--- START ---

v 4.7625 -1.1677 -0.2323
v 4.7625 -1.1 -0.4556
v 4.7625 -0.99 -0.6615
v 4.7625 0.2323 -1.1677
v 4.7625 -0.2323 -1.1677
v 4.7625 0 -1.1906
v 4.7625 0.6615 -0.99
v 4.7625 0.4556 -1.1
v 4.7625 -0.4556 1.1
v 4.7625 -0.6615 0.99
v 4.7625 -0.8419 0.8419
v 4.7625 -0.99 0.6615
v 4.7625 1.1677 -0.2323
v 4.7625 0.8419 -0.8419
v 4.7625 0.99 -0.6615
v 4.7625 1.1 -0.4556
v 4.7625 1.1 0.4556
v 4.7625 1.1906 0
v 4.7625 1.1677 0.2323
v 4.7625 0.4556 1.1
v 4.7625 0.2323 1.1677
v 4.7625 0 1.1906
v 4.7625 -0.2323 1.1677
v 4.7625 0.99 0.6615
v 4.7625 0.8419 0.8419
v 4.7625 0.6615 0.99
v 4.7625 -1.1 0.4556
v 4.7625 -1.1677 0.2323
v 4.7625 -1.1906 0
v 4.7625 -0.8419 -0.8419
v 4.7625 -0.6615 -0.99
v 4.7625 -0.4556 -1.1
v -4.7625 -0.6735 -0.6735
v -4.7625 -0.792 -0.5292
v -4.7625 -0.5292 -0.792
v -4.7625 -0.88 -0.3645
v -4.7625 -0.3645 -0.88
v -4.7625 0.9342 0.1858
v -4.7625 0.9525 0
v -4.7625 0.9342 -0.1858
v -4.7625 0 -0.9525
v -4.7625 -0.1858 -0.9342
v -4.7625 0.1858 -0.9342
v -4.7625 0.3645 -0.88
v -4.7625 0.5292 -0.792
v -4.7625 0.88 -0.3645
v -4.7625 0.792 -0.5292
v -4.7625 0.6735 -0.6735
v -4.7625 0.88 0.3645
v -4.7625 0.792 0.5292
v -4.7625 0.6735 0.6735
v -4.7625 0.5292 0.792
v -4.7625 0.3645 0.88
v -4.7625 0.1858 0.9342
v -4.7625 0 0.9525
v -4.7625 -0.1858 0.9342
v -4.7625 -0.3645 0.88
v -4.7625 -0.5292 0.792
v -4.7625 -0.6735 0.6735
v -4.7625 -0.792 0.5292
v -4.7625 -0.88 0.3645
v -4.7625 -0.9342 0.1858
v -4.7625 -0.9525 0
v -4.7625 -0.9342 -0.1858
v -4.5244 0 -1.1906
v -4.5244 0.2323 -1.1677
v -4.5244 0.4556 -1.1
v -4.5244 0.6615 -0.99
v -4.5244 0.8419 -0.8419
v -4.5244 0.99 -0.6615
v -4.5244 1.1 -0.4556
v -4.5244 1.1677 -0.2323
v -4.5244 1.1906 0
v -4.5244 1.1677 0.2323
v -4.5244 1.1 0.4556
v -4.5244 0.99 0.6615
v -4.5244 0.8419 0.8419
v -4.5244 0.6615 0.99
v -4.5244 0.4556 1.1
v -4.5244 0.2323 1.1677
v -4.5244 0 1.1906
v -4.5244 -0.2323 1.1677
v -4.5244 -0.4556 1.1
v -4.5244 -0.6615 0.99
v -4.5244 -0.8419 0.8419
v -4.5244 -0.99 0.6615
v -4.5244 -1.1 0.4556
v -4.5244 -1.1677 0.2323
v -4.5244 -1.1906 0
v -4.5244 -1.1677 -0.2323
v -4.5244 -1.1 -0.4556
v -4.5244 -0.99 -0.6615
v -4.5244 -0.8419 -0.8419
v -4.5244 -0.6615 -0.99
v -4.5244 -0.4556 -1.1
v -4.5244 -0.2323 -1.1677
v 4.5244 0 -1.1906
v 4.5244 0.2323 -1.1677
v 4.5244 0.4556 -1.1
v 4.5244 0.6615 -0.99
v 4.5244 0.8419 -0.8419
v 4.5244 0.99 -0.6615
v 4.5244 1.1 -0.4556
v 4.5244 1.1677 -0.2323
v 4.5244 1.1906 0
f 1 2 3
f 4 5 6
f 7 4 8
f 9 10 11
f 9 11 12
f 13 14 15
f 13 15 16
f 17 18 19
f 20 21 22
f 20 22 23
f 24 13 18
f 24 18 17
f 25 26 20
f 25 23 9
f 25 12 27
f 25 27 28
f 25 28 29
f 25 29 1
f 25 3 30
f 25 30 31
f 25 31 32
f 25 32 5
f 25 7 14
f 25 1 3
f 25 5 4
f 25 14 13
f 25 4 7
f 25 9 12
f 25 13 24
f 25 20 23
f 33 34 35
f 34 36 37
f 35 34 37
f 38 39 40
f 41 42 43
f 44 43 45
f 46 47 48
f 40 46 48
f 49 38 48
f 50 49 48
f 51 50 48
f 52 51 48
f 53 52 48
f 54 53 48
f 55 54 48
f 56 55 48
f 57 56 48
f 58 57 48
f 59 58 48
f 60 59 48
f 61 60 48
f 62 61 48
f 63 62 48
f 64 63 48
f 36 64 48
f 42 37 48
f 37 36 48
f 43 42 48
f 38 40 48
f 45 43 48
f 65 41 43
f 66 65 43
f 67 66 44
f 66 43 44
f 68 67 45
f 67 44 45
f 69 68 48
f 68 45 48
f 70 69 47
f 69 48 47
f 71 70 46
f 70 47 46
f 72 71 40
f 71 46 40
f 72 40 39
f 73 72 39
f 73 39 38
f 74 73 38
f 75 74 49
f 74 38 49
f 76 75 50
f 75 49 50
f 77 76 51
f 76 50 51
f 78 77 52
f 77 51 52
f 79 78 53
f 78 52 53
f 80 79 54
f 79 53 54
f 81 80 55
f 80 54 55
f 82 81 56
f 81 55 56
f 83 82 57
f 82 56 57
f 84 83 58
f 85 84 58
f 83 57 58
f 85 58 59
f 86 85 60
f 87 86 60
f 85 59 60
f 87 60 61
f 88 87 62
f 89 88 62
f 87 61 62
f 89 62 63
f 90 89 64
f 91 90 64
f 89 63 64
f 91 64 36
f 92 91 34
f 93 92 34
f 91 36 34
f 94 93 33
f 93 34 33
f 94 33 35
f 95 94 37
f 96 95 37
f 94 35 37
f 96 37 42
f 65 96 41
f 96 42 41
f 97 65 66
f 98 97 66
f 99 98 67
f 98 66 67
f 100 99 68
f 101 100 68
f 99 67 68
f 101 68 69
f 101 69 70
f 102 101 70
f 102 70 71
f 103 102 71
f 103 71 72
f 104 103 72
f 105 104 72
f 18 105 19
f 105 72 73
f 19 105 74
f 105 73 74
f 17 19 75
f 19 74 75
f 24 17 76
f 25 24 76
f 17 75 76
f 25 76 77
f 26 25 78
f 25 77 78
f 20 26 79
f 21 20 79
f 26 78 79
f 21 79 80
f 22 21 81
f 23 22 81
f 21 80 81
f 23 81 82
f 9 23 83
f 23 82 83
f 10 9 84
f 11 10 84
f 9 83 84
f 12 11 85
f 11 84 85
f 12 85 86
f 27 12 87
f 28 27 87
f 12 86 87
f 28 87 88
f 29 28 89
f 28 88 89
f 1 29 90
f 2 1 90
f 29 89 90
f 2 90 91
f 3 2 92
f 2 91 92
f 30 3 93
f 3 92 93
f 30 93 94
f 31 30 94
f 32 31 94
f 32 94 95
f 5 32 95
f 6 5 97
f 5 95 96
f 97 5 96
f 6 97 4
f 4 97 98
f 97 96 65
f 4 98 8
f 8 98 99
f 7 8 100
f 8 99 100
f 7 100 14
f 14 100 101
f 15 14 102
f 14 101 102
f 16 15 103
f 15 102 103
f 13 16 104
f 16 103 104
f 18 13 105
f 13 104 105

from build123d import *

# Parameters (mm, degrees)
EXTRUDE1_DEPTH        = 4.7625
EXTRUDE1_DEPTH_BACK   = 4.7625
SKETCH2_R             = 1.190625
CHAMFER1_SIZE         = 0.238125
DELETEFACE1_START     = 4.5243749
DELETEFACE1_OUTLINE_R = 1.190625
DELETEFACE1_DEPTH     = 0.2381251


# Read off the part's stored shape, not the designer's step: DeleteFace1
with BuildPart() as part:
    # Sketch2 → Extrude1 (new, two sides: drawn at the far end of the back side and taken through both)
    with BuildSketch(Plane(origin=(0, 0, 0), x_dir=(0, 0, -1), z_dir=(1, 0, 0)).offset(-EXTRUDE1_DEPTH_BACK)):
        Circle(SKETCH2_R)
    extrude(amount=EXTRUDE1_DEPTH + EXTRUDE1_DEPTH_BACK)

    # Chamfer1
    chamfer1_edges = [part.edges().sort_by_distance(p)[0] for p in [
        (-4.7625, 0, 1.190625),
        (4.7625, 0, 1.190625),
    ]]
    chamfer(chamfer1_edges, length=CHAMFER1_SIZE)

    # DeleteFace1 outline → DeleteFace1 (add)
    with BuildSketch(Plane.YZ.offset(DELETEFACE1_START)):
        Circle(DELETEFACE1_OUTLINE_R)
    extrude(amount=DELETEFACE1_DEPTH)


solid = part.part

--- END ---

Print the records above verbatim from their first line to the line containing "v 4.7625 0.99 -0.6615", both included, and stop there.

» Response to the exercise
v 4.7625 -1.1677 -0.2323
v 4.7625 -1.1 -0.4556
v 4.7625 -0.99 -0.6615
v 4.7625 0.2323 -1.1677
v 4.7625 -0.2323 -1.1677
v 4.7625 0 -1.1906
v 4.7625 0.6615 -0.99
v 4.7625 0.4556 -1.1
v 4.7625 -0.4556 1.1
v 4.7625 -0.6615 0.99
v 4.7625 -0.8419 0.8419
v 4.7625 -0.99 0.6615
v 4.7625 1.1677 -0.2323
v 4.7625 0.8419 -0.8419
v 4.7625 0.99 -0.6615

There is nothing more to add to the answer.